WWIB: Turning from the national to the international context, was the revolt movement in France connected to an international network of dissent against the Great War? If yes: to which extent? Which communication strategies were used? 
A.L.:There was no network, and even within France mutineers were isolated from pacifists in the rear. The only form of coordination that could have existed was the projected socialist pacifist conference that was scheduled (and several times delayed) in Stockholm in the Spring of 1917. Many French soldiers learned of this event and hoped it would end the war. When a French officer arrested a mutineer on a road, away from his unit, he asked him where he was going: “To Stockholm” was his answer. A major consequence of the mutinies was the refusal of the French government to grant passports for Stockholm to French delegates, on the new commander in chief’s insistence (Pétain), effectively canceling the reunion.

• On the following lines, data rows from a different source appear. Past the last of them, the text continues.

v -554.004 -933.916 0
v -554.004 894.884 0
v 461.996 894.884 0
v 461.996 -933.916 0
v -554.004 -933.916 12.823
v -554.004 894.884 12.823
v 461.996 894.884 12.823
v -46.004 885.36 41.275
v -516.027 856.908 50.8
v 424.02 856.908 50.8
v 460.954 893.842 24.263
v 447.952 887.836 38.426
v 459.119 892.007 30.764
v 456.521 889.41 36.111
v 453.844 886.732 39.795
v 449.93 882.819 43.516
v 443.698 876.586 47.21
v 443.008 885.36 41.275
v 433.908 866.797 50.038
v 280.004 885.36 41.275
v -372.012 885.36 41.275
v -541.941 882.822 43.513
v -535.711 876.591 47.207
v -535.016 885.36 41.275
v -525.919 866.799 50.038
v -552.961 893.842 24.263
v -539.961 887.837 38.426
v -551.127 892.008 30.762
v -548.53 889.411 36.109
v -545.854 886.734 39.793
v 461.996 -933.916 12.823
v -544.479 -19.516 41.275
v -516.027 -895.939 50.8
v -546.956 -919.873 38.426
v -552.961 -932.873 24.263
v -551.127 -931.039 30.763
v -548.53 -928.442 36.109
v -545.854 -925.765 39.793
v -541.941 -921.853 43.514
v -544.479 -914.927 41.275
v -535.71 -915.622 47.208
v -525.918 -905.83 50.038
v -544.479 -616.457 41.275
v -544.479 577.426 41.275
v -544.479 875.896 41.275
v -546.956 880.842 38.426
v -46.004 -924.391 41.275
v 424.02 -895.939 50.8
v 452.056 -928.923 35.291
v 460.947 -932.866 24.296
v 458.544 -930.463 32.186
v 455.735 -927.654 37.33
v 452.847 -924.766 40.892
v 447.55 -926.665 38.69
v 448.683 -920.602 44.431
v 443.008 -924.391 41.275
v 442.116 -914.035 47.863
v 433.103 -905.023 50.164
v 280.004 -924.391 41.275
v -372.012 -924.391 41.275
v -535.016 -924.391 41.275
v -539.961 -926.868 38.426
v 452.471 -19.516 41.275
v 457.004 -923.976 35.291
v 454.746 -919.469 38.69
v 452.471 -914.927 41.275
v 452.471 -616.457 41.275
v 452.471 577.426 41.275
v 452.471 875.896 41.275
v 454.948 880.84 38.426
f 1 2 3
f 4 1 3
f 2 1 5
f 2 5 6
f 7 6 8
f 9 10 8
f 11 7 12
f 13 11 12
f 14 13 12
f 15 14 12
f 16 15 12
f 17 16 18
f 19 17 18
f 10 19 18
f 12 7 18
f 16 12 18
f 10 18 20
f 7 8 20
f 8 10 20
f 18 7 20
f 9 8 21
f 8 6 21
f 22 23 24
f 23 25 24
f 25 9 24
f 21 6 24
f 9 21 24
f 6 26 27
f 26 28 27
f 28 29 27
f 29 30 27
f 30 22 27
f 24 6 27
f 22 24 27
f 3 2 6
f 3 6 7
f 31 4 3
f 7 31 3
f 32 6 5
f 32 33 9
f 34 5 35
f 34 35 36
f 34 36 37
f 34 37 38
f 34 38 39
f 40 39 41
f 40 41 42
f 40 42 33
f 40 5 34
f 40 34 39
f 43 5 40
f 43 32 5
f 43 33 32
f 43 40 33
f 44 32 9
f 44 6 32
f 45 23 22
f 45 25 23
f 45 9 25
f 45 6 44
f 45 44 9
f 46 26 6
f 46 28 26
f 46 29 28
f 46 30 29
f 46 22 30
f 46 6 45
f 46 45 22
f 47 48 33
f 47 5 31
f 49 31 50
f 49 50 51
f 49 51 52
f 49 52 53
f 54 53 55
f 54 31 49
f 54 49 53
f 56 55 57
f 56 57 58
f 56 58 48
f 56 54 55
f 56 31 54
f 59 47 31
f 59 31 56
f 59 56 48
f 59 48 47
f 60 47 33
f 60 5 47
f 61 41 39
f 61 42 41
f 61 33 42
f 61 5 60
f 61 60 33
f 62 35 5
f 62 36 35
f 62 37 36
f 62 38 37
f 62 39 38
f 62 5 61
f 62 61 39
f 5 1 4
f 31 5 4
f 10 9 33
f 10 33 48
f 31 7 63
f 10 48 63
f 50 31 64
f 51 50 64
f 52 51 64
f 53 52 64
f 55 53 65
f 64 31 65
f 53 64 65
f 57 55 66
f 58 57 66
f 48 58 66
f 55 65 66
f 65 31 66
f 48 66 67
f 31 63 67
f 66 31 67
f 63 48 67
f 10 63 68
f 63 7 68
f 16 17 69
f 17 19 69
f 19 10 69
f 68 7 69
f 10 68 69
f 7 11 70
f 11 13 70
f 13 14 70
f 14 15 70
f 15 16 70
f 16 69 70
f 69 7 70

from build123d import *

# Parameters (mm, degrees)
F0_W        = 1016
F0_H        = 1828.8
F1_DEPTH    = 50.8
F2_T1_DEPTH = 1206.4995000007
F2_T3_DEPTH = 2019.2995000007


# Not quite as in the source:
# - a fillet or chamfer that OpenCascade refuses, or shapes differently, is made with other operations: its cross-section is extruded or revolved along the edge and cut away or added


with BuildPart() as f1:
    # F0 (on Top) → F1 (new body)
    with BuildSketch(Plane.XY):
        with Locations((-46.0038529815, -19.5155441761)):
            Rectangle(F0_W, F0_H)
    extrude(amount=F1_DEPTH)

    # F2: fillet of radius 38.1 on 4 edges, made by hand

    # F2_s2 → F2_t1 (cut)
    with BuildSketch(Plane.YZ.offset(-649.2536029818)):
        with BuildLine():
            add(Edge.make_bspline(
                [(-933.9156441761, 12.7001), (-933.9156441761, 50.8001), (-895.8156441761, 50.8001)],
                knots=[0, 0, 0, 1, 1, 1], degree=2, weights=[1, 1, 1]))
            Line((-895.8156441761, 50.8001), (-895.8156441761, 51.5621))
            ThreePointArc((-895.8156441761, 51.5621), (-914.8655941761, 51.562), (-933.9155441761, 51.562))
            Line((-933.9155441761, 51.562), (-934.6775441761, 50.8))
            ThreePointArc((-934.6775441761, 50.8), (-934.6775441761, 31.75005), (-934.6776441761, 12.7001))
            Line((-934.6776441761, 12.7001), (-933.9156441761, 12.7001))
        make_face()
        with BuildLine():
            add(Edge.make_bspline(
                [(894.8845558239, 12.7001), (894.8845558239, 50.8001), (856.7845558239, 50.8001)],
                knots=[0, 0, 0, 1, 1, 1], degree=2, weights=[1, 1, 1]))
            Line((856.7845558239, 50.8001), (856.7845558239, 51.5621))
            ThreePointArc((856.7845558239, 51.5621), (875.8345058239, 51.562), (894.8844558239, 51.562))
            Line((894.8844558239, 51.562), (895.6464558239, 50.8))
            ThreePointArc((895.6464558239, 50.8), (895.6464558239, 31.75005), (895.6465558239, 12.7001))
            Line((895.6465558239, 12.7001), (894.8845558239, 12.7001))
        make_face()
    extrude(amount=F2_T1_DEPTH, mode=Mode.SUBTRACT)

    # F2_s4 → F2_t3 (cut)
    with BuildSketch(Plane.XZ.offset(-990.1342058242)):
        with BuildLine():
            add(Edge.make_bspline(
                [(461.9962470185, 12.7001), (461.9962470185, 50.8001), (423.8962470185, 50.8001)],
                knots=[0, 0, 0, 1, 1, 1], degree=2, weights=[1, 1, 1]))
            Line((423.8962470185, 50.8001), (423.8962470185, 51.5621))
            ThreePointArc((423.8962470185, 51.5621), (442.9461970185, 51.562), (461.9961470185, 51.562))
            Line((461.9961470185, 51.562), (462.7581470185, 50.8))
            ThreePointArc((462.7581470185, 50.8), (462.7581470185, 31.75005), (462.7582470185, 12.7001))
            Line((462.7582470185, 12.7001), (461.9962470185, 12.7001))
        make_face()
        with BuildLine():
            add(Edge.make_bspline(
                [(-554.0039529815, 12.7001), (-554.0039529815, 50.8001), (-515.9039529815, 50.8001)],
                knots=[0, 0, 0, 1, 1, 1], degree=2, weights=[1, 1, 1]))
            Line((-515.9039529815, 50.8001), (-515.9039529815, 51.5621))
            ThreePointArc((-515.9039529815, 51.5621), (-534.9539029815, 51.562), (-554.0038529815, 51.562))
            Line((-554.0038529815, 51.562), (-554.7658529815, 50.8))
            ThreePointArc((-554.7658529815, 50.8), (-554.7658529815, 31.75005), (-554.7659529815, 12.7001))
            Line((-554.7659529815, 12.7001), (-554.0039529815, 12.7001))
        make_face()
    extrude(amount=F2_T3_DEPTH, mode=Mode.SUBTRACT)


solid = f1.part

WWIB: We know that words are an impressive propaganda media. How were the soldiers who expressed rebellious or pacifist attitude perceived both by the army and the civil society? Which words were used - maybe even coined - to describe them?
A.L.: In the army, a major theme was the alleged drunkenness of the mutineers, among whom officers tried to look for “ringleaders”. Many were convinced that the movement had to be organized from the outside, much as, in Italy, general Cadorna blamed pacifists and socialists for indiscipline and desertion in the army. But the civil society did not have any representation of mutineers as these events were silenced and censored, and only discussed (timidly) in the years after the war.

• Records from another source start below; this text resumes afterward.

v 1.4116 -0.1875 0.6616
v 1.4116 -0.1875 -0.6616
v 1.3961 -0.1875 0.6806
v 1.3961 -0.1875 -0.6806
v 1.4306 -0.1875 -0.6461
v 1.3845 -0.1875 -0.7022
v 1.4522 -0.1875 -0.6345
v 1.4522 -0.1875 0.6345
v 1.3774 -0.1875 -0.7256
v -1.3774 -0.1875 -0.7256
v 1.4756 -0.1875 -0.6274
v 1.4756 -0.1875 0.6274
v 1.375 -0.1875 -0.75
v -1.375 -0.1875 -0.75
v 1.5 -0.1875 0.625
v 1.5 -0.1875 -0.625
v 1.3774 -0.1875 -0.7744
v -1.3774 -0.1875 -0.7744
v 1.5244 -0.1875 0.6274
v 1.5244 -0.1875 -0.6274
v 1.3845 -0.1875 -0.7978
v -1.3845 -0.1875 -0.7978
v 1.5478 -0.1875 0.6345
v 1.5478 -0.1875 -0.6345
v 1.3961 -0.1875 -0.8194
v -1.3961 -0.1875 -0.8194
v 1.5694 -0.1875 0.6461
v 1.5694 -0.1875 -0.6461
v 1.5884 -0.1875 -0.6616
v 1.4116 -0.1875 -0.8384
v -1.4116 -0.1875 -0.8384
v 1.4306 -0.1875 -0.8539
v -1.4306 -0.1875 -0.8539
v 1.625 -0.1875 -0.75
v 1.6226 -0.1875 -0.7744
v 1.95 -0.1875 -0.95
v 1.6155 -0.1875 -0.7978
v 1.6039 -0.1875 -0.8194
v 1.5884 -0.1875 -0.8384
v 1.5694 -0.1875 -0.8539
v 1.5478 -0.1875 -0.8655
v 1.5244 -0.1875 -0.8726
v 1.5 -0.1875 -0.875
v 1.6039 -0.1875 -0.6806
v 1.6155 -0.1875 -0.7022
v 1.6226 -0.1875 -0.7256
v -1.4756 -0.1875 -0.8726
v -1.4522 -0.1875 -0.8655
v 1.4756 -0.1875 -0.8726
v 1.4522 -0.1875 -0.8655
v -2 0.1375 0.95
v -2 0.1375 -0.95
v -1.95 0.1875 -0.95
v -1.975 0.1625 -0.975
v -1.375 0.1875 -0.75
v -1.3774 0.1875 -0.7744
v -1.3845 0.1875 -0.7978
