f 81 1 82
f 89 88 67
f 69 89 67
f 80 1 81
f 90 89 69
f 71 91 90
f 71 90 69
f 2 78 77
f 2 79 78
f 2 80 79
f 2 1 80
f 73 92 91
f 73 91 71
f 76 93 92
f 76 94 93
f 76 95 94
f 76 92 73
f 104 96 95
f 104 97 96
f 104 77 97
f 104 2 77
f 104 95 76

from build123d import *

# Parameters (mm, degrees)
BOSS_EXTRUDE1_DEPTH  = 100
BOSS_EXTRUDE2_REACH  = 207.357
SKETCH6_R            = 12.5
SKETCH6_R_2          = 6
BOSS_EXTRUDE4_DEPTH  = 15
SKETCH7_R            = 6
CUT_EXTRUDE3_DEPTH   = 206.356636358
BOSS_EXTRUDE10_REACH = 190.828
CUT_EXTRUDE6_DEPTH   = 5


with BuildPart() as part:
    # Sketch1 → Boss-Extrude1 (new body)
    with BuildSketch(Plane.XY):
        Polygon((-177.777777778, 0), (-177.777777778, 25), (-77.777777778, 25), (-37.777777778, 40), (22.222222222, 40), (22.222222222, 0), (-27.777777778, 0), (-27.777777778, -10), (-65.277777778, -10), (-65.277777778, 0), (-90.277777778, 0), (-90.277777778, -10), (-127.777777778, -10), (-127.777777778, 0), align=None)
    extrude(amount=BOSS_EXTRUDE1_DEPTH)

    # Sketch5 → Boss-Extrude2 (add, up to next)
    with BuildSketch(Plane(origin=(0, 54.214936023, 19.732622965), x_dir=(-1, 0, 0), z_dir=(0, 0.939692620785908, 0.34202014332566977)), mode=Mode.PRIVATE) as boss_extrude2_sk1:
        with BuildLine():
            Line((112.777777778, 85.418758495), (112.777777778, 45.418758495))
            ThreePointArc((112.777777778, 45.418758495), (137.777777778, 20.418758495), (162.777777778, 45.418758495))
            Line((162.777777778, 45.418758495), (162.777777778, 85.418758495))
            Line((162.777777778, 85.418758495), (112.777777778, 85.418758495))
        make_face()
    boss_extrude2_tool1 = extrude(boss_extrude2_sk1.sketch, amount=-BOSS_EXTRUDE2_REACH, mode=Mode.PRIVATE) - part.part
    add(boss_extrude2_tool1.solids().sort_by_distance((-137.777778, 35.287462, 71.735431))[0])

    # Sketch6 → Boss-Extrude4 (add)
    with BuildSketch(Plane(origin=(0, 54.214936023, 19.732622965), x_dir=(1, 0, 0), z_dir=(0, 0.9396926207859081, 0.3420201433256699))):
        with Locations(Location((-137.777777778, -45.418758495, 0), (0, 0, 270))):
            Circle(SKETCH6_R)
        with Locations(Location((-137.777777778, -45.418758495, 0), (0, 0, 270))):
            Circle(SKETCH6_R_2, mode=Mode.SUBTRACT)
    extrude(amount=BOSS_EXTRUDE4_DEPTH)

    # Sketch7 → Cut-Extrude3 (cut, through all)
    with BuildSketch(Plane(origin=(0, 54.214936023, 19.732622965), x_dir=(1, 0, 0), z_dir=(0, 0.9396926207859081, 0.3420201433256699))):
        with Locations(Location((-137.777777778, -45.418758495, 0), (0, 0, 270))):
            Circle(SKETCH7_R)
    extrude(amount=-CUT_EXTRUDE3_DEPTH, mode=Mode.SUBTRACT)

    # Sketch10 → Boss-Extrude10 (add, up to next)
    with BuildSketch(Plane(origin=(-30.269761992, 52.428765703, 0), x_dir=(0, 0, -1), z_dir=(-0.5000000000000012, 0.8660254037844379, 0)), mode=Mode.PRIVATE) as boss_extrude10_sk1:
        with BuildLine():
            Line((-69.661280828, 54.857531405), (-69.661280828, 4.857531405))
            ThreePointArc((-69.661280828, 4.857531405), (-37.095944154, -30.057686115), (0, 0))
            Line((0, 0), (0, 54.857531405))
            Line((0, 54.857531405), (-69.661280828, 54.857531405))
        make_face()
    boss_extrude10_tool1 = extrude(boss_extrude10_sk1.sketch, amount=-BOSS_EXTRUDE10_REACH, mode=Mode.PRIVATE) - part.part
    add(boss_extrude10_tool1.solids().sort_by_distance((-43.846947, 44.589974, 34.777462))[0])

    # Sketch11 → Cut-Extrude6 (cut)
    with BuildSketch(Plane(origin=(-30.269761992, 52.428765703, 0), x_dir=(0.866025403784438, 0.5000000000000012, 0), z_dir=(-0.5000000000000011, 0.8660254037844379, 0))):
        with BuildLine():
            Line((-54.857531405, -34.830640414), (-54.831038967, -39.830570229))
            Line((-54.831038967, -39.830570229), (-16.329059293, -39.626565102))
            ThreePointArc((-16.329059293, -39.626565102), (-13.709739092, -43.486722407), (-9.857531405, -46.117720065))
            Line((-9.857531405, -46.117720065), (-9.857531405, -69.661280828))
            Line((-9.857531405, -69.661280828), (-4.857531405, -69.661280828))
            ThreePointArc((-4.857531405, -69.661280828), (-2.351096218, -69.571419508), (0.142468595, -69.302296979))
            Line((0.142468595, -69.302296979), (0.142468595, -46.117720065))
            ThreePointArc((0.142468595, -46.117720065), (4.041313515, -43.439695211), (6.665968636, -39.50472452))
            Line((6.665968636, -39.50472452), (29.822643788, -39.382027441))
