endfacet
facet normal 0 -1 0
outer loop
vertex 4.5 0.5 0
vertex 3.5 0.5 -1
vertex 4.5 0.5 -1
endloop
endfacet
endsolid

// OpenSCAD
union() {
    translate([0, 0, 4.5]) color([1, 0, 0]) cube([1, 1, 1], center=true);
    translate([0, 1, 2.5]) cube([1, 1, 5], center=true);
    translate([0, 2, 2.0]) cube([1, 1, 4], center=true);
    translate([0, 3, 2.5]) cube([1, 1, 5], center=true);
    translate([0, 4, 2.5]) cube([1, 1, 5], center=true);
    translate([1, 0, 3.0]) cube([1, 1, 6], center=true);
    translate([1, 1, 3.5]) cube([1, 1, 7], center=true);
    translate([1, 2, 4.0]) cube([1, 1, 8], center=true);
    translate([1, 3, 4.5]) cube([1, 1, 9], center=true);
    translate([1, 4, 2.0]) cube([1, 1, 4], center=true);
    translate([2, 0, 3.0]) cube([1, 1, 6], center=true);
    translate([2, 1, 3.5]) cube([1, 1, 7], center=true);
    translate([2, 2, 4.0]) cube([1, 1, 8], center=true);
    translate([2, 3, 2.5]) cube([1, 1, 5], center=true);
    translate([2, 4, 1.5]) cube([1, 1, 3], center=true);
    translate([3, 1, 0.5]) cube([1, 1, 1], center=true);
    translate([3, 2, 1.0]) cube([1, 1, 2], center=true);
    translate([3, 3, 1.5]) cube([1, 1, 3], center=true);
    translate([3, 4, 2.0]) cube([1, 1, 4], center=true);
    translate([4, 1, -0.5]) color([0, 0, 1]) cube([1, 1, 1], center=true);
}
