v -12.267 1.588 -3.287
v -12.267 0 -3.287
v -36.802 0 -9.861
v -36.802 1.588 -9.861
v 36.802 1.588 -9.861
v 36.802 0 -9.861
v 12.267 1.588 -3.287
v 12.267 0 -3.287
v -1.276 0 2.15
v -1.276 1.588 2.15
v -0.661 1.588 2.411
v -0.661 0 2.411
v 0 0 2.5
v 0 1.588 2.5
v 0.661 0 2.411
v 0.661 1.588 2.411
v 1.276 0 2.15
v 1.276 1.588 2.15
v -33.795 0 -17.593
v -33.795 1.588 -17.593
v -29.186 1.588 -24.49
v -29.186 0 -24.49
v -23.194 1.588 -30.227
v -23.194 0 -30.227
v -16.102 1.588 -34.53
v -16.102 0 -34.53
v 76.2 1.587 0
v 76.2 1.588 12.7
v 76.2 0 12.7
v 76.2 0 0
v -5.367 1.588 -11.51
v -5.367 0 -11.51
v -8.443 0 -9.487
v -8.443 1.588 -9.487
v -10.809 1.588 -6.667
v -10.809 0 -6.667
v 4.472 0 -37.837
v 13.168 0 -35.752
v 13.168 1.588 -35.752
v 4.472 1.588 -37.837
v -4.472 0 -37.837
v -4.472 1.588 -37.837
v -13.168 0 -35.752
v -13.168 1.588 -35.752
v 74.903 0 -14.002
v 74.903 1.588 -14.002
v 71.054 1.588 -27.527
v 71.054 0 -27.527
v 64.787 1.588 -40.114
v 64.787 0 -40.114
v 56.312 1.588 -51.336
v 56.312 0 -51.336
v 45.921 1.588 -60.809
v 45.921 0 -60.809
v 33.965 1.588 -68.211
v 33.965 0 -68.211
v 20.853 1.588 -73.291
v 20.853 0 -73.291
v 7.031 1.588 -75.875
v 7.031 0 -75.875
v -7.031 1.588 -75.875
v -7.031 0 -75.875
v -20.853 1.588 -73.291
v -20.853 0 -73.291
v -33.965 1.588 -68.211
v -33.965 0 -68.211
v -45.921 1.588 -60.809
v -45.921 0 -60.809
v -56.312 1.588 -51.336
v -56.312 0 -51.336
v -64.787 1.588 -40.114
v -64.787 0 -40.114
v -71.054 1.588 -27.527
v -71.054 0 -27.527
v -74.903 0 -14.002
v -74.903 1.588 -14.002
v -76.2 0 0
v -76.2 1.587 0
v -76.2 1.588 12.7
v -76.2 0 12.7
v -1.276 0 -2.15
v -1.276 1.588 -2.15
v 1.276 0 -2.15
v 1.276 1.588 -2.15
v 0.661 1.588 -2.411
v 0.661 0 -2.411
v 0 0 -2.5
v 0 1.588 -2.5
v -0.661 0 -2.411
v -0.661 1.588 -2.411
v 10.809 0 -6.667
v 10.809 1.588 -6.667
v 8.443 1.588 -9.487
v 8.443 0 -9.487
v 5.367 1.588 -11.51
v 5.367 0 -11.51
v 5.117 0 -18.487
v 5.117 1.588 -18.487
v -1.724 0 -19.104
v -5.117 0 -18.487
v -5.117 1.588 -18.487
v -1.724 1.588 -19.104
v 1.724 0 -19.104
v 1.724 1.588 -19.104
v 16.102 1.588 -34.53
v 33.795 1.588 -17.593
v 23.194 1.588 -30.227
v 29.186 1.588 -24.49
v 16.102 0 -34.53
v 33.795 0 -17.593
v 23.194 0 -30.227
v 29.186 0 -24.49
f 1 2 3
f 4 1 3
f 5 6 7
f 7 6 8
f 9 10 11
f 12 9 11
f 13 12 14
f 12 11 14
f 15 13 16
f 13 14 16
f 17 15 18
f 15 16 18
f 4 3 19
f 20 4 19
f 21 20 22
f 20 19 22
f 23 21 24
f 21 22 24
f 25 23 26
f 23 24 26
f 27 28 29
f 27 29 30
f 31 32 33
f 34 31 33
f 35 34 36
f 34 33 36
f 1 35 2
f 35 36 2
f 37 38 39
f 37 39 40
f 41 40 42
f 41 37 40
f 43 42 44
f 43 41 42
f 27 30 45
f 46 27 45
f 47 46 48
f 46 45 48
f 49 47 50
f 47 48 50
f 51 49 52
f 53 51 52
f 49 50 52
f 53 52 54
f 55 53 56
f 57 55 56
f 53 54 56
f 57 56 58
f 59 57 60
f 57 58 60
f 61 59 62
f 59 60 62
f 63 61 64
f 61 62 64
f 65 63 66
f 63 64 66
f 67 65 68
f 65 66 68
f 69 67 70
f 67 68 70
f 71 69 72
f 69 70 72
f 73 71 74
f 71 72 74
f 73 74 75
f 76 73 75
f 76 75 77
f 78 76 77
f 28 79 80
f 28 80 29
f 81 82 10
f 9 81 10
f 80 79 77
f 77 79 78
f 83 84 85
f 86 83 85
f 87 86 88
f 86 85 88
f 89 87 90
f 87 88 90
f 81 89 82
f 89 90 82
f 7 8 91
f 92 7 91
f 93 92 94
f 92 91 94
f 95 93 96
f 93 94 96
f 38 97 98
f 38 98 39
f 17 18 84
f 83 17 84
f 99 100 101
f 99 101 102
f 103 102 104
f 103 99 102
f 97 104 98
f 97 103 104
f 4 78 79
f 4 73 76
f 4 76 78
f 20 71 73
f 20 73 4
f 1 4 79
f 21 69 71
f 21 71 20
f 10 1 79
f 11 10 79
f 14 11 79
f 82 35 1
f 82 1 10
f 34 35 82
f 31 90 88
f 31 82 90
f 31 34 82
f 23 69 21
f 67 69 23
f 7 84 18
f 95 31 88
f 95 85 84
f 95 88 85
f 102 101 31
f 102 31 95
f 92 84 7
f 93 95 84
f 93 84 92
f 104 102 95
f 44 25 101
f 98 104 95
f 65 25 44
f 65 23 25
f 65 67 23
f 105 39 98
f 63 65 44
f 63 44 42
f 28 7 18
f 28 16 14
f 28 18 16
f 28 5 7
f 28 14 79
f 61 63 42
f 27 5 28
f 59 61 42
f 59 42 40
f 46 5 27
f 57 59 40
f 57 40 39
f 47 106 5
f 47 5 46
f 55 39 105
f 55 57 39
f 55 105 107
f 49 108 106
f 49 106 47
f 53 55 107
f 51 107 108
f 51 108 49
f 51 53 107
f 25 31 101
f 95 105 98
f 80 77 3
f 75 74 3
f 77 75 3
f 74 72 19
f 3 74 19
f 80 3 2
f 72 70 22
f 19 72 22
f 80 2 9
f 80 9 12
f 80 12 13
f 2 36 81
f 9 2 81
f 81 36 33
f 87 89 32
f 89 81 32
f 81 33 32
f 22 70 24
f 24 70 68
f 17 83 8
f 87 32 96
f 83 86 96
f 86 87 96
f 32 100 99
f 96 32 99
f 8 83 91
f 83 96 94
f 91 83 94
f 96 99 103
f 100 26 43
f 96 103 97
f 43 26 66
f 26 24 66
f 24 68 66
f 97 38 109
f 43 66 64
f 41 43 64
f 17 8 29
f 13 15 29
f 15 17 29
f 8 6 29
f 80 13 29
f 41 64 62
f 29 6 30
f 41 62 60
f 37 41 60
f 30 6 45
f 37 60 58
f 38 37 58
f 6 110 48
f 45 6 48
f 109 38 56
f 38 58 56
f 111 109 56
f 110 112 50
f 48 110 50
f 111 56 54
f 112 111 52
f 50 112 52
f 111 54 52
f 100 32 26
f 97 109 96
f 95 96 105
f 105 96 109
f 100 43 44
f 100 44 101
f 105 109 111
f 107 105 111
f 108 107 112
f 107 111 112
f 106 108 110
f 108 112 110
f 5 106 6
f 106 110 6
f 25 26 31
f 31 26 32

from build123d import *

# Parameters (mm, degrees)
BOSS_EXTRUDE1_DEPTH = 1.5875
SKETCH3_W           = 152.4
SKETCH3_H           = 12.7
BOSS_EXTRUDE3_DEPTH = 1.5875
CUT_EXTRUDE1_DEPTH  = 2.5875


with BuildPart() as part:
    # Sketch1 → Boss-Extrude1 (new body)
    with BuildSketch(Plane(origin=(0, 0, 0), x_dir=(1, 0, 0), z_dir=(0, 1, 0))):
        with BuildLine():
            Line((-76.2, 0), (76.2, 0))
            ThreePointArc((76.2, 0), (0, 76.2), (-76.2, 0))
        make_face()
        with BuildLine():
            Line((-12.267257994, 3.287001873), (-36.801773982, 9.861005618))
            ThreePointArc((-36.801773982, 9.861005618), (-29.186293283, 24.490207929), (-16.101755772, 34.530326686))
            Line((-16.101755772, 34.530326686), (-5.367251924, 11.510108895))
            ThreePointArc((-5.367251924, 11.510108895), (-9.728764428, 8.163402643), (-12.267257994, 3.287001873))
        make_face(mode=Mode.SUBTRACT)
        with BuildLine():
            Line((36.801773982, 9.861005619), (12.267257994, 3.287001873))
            ThreePointArc((12.267257994, 3.287001873), (9.728764427, 8.163402643), (5.367251924, 11.510108895))
            Line((5.367251924, 11.510108895), (16.101755772, 34.530326686))
            ThreePointArc((16.101755772, 34.530326686), (29.186293283, 24.490207929), (36.801773982, 9.861005619))
        make_face(mode=Mode.SUBTRACT)
        with BuildLine():
            Line((-13.168222272, 35.752033819), (-5.117344386, 18.486870476))
            ThreePointArc((-5.117344386, 18.486870476), (0, 19.182064372), (5.117344386, 18.486870476))
            Line((5.117344386, 18.486870476), (13.168222272, 35.752033819))
            ThreePointArc((13.168222272, 35.752033819), (0, 38.1), (-13.168222272, 35.752033819))
        make_face(mode=Mode.SUBTRACT)
    extrude(amount=BOSS_EXTRUDE1_DEPTH)

    # Sketch3 → Boss-Extrude3 (add)
    with BuildSketch(Plane(origin=(0, 1.5875, 0), x_dir=(1, 0, 0), z_dir=(0, 1, 0))):
        with Locations((0, -6.35)):
            Rectangle(SKETCH3_W, SKETCH3_H)
    extrude(amount=-BOSS_EXTRUDE3_DEPTH)

    # Sketch4 → Cut-Extrude1 (cut, through all)
    with BuildSketch(Plane(origin=(0, 1.5875, 0), x_dir=(1, 0, 0), z_dir=(0, 1, 0))):
        with BuildLine():
            Line((-1.275735082, 2.15), (-1.275735082, -2.15))
            ThreePointArc((-1.275735082, -2.15), (0, -2.5), (1.275735082, -2.15))
            Line((1.275735082, -2.15), (1.275735082, 2.15))
            ThreePointArc((1.275735082, 2.15), (0, 2.5), (-1.275735082, 2.15))
        make_face()
    extrude(amount=-CUT_EXTRUDE1_DEPTH, mode=Mode.SUBTRACT)


solid = part.part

WWIB: In Italian we can read the detailed and fascinating study by Antonio Gibelli L'officina della guerra, a book dedicated to similar themes. Any reading suggestion beside your book 14-18. Les refus de la guerre: Une histoire des mutins? We mean also novels or other essays published in other countries.
A.L.: A major work on the German army during the war is that of Benjamin Ziemann, War experiences in rural Germany, 1914-1923 (Oxford, 2007), looking at ordinary Bavarian peasant soldiers’ reluctant attitudes toward the war. In France, a recent path-breaking study by Nicolas Mariot (Tous unis dans la tranchée? 1914-1918, les intellectuels rencontrent le peuple, Paris, 2013) shows the extent of the estrangement between bourgeois intellectuals in the army, and their working-class comrades. On the literary side, there has been a huge French production in recent years, culminating with this year’s Prix Goncourt (the most prestigious literary prize) by Pierre Lemaître, Au revoir là-haut, set in the immediate wake of the war.